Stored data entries
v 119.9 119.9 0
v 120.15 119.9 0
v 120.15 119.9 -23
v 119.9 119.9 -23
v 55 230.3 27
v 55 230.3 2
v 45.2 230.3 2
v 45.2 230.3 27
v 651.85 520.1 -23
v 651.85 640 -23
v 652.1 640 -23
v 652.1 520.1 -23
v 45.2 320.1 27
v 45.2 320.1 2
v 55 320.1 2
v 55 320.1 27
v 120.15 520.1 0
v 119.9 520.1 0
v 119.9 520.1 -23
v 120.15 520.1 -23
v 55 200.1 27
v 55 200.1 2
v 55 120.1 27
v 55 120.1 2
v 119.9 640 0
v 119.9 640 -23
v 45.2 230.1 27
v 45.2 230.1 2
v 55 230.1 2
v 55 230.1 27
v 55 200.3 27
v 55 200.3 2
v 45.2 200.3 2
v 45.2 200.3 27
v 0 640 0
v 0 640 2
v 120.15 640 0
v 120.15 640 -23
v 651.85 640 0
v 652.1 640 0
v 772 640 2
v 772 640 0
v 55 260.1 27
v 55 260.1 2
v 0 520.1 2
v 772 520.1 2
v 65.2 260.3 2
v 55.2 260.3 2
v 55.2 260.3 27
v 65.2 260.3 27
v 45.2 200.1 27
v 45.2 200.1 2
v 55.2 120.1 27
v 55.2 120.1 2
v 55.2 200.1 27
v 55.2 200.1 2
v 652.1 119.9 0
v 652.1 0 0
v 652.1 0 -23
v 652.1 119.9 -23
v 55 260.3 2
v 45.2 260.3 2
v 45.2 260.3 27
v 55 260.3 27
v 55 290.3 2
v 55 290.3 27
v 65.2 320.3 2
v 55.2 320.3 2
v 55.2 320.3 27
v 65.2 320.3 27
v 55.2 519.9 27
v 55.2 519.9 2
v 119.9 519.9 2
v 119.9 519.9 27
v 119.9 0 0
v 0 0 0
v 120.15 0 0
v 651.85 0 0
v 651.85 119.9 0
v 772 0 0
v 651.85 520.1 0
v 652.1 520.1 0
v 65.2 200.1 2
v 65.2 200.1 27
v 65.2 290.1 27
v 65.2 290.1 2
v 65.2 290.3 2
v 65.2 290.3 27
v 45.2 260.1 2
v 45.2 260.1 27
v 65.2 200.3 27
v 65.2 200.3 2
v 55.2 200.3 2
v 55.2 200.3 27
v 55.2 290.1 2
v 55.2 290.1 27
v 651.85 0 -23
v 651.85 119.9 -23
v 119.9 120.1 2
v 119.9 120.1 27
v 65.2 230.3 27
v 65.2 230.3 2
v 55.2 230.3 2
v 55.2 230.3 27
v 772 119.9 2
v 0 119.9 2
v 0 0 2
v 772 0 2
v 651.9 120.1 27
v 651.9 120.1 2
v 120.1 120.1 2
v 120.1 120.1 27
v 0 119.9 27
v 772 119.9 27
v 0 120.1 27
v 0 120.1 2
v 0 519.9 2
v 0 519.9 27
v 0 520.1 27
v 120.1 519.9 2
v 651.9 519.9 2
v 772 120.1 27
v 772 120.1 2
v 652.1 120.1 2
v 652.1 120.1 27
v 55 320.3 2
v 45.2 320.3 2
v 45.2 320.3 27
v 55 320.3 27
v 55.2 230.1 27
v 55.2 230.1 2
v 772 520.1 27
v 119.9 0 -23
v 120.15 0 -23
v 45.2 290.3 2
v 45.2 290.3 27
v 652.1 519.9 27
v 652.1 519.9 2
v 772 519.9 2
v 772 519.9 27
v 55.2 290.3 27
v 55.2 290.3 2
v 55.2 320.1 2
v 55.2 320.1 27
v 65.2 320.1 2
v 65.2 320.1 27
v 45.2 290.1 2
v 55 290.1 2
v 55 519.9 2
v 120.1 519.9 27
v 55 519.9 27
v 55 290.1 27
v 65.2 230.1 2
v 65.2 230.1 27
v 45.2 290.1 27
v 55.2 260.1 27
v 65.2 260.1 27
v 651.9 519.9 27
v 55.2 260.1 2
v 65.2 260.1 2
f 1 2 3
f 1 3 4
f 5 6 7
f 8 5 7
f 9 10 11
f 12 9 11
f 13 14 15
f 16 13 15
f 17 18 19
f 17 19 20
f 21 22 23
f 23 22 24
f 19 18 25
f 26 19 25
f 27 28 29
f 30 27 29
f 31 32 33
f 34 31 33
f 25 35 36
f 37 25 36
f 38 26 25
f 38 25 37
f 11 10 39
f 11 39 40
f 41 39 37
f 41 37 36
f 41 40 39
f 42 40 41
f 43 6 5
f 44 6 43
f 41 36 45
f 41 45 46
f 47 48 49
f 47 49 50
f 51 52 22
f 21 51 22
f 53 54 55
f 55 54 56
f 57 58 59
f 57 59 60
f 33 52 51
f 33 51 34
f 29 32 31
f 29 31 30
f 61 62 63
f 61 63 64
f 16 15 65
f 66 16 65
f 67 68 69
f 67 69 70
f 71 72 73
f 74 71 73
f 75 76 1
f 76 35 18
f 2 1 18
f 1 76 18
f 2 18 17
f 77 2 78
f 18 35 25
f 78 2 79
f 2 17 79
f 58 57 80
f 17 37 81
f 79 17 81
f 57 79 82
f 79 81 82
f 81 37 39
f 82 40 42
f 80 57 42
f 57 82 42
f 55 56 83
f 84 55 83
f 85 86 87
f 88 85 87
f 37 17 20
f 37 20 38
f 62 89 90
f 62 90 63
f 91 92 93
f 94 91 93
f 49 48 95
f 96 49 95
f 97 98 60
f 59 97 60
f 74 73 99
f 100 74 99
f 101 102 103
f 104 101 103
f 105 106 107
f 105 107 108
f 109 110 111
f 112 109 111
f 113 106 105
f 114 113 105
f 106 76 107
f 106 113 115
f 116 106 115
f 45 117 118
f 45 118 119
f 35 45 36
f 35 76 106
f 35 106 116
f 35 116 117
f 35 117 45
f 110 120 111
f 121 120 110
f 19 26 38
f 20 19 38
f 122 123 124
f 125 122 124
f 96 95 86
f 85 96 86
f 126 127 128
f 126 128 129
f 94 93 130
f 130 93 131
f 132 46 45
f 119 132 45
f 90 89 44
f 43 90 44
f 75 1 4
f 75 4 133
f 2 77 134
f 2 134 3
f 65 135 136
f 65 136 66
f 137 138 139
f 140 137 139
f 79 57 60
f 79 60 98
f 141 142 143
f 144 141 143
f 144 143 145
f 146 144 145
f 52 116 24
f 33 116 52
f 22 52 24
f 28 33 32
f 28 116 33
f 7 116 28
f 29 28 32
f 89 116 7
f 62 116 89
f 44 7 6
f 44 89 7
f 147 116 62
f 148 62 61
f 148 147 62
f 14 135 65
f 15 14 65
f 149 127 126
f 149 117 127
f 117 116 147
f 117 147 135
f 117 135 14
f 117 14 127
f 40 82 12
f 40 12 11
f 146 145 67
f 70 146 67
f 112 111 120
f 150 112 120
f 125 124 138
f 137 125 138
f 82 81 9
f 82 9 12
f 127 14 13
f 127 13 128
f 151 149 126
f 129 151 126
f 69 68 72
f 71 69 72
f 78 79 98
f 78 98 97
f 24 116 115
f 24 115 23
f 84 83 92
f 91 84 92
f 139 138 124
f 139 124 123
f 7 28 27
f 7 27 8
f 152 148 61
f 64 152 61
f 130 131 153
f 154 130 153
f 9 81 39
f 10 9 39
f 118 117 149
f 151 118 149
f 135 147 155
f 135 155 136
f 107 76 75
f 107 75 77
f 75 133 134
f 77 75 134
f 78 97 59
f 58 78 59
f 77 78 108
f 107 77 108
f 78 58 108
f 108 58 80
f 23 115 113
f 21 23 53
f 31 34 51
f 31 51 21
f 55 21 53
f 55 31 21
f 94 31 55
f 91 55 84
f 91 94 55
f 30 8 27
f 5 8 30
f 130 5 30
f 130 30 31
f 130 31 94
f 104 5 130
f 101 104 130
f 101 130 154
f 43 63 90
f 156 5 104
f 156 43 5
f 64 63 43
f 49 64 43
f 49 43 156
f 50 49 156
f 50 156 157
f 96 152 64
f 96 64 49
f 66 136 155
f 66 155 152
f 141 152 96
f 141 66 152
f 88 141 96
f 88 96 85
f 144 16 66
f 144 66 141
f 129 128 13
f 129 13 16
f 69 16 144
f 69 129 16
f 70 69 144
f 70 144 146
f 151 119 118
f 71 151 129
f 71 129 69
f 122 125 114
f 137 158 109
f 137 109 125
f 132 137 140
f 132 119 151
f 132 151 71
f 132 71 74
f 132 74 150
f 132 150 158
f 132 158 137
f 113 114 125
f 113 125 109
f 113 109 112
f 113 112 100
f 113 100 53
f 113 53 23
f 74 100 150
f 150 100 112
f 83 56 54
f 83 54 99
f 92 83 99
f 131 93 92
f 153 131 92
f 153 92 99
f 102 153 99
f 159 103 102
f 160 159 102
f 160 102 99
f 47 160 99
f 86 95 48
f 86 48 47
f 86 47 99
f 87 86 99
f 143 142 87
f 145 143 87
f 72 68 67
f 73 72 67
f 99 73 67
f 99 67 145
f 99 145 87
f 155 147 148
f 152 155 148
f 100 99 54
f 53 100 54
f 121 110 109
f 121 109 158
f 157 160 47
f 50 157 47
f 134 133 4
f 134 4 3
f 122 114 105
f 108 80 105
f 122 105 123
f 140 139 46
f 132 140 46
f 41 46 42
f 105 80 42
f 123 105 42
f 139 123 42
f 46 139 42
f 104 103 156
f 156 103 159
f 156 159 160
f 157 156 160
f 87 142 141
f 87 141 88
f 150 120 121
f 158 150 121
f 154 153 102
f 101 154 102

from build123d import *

# Parameters (mm, degrees)
F0_W     = 772
F0_H     = 640
F1_DEPTH = 2
F2_W     = 0.25
F2_H     = 119.9
F3_DEPTH = 25
F4_DEPTH = 25
F2_W_2   = 119.9
F2_H_2   = 0.2
F2_W_3   = 0.2
F2_H_3   = 399.8
F5_DEPTH = 25
F2_W_4   = 64.7
F6_DEPTH = 25
F2_W_5   = 55
F7_DEPTH = 25
F2_H_4   = 49.5626640439
F8_DEPTH = 25
F2_H_5   = 199.6
F2_W_6   = 9.8
F2_H_6   = 30.4373359561
F2_W_7   = 10
F2_H_7   = 29.8
F9_DEPTH = 25


# Not quite as in the source:
# - a feature names something its author has since deleted; it is built from what else it names


with BuildPart() as f1:
    # F0 (on Top) → F1 (new body)
    with BuildSketch(Plane.XY):
        with Locations((386, 320)):
            Rectangle(F0_W, F0_H)
    extrude(amount=F1_DEPTH)

    # F2 (on face) → F3 (join)
    with BuildSketch(Plane.XY.offset(2)):
        with Locations((651.975, 580.05)):
            Rectangle(F2_W, F2_H)
        with Locations((120.025, 580.05)):
            Rectangle(F2_W, F2_H)
        Polygon((120.1, 119.9), (119.9, 119.9), (119.9, 0), (120.15, 0), (120.15, 119.9), align=None)
        Polygon((652.1, 119.9), (651.9, 119.9), (651.85, 119.9), (651.85, 0), (652.1, 0), align=None)
    extrude(amount=-F3_DEPTH)

    # F2 (on face) → F4 (join)
    with BuildSketch(Plane.XY.offset(2)):
        Polygon((119.9, 520.1), (0, 520.1), (0, 519.9), (55, 519.9), (55.2, 519.9), (119.9, 519.9), align=None)
        Polygon((651.85, 520.1), (120.15, 520.1), (120.15, 519.9), (651.9, 519.9), (652.1, 519.9), (652.1, 520.1), align=None)
    extrude(amount=F4_DEPTH)

    # F2 (on face) → F5 (join)
    with BuildSketch(Plane.XY.offset(2)):
        with Locations((712.05, 520)):
            Rectangle(F2_W_2, F2_H_2)
        with Locations((652, 320)):
            Rectangle(F2_W_3, F2_H_3)
    extrude(amount=F5_DEPTH)

    # F2 (on face) → F6 (join)
    with BuildSketch(Plane.XY.offset(2)):
        with Locations((712.05, 120)):
            Rectangle(F2_W_2, F2_H_2)
        Polygon((651.9, 120.1), (120.1, 120.1), (120.1, 119.9), (120.15, 119.9), (651.85, 119.9), (651.9, 119.9), align=None)
        with Locations((652, 120)):
            Rectangle(F2_W_3, F2_H_2)
        with Locations((87.55, 120)):
            Rectangle(F2_W_4, F2_H_2)
        with Locations((120, 120)):
            Rectangle(F2_W_3, F2_H_2)
    extrude(amount=F6_DEPTH)

    # F2 (on face) → F7 (join)
    with BuildSketch(Plane.XY.offset(2)):
        with Locations((27.5, 120)):
            Rectangle(F2_W_5, F2_H_2)
    extrude(amount=F7_DEPTH)

    # F2 (on face) → F8 (join)
    with BuildSketch(Plane.XY.offset(2)):
        with Locations((55.1, 175.318667978)):
            Rectangle(F2_W_3, F2_H_4)
    extrude(amount=F8_DEPTH)

    # F2 (on face) → F9 (join)
    with BuildSketch(Plane.XY.offset(2)):
        Polygon((120.15, 520.1), (119.9, 520.1), (119.9, 519.9), (120.1, 519.9), (120.15, 519.9), align=None)
        with Locations((120, 320)):
            Rectangle(F2_W_3, F2_H_3)
        with Locations((55.1, 420.1)):
            Rectangle(F2_W_3, F2_H_5)
        with Locations((55.1, 320.2)):
            Rectangle(F2_W_3, F2_H_2)
        with Locations((50.1, 320.2)):
            Rectangle(F2_W_6, F2_H_2)
        with Locations((55.1, 135.318667978)):
            Rectangle(F2_W_3, F2_H_6)
        with Locations((55.1, 120)):
            Rectangle(F2_W_3, F2_H_2)
        with Locations((60.2, 320.2)):
            Rectangle(F2_W_7, F2_H_2)
        with Locations((55.1, 305.2)):
            Rectangle(F2_W_3, F2_H_7)
        with Locations((55.1, 175.318667978)):
            Rectangle(F2_W_3, F2_H_4)
        with Locations((55.1, 290.2)):
            Rectangle(F2_W_3, F2_H_2)
        with Locations((50.1, 290.2)):
            Rectangle(F2_W_6, F2_H_2)
        with Locations((50.1, 200.2)):
            Rectangle(F2_W_6, F2_H_2)
        with Locations((55.1, 200.2)):
            Rectangle(F2_W_3, F2_H_2)
        with Locations((60.2, 290.2)):
            Rectangle(F2_W_7, F2_H_2)
        with Locations((60.2, 200.2)):
            Rectangle(F2_W_7, F2_H_2)
        with Locations((55.1, 275.2)):
            Rectangle(F2_W_3, F2_H_7)
        with Locations((55.1, 215.2)):
            Rectangle(F2_W_3, F2_H_7)
        with Locations((55.1, 260.2)):
            Rectangle(F2_W_3, F2_H_2)
        with Locations((50.1, 260.2)):
            Rectangle(F2_W_6, F2_H_2)
        with Locations((50.1, 230.2)):
            Rectangle(F2_W_6, F2_H_2)
        with Locations((55.1, 230.2)):
            Rectangle(F2_W_3, F2_H_2)
        with Locations((60.2, 260.2)):
            Rectangle(F2_W_7, F2_H_2)
        with Locations((60.2, 230.2)):
            Rectangle(F2_W_7, F2_H_2)
        with Locations((55.1, 245.2)):
            Rectangle(F2_W_3, F2_H_7)
    extrude(amount=F9_DEPTH)


solid = f1.part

* [Activity] All that is wanted is the stretch of lines above from the one containing "f 132 140 46" through the one containing "f 101 154 102", duplicated exactly.

* [Output of the task]
f 132 140 46
f 41 46 42
f 105 80 42
f 123 105 42
f 139 123 42
f 46 139 42
f 104 103 156
f 156 103 159
f 156 159 160
f 157 156 160
f 87 142 141
f 87 141 88
f 150 120 121
f 158 150 121
f 154 153 102
f 101 154 102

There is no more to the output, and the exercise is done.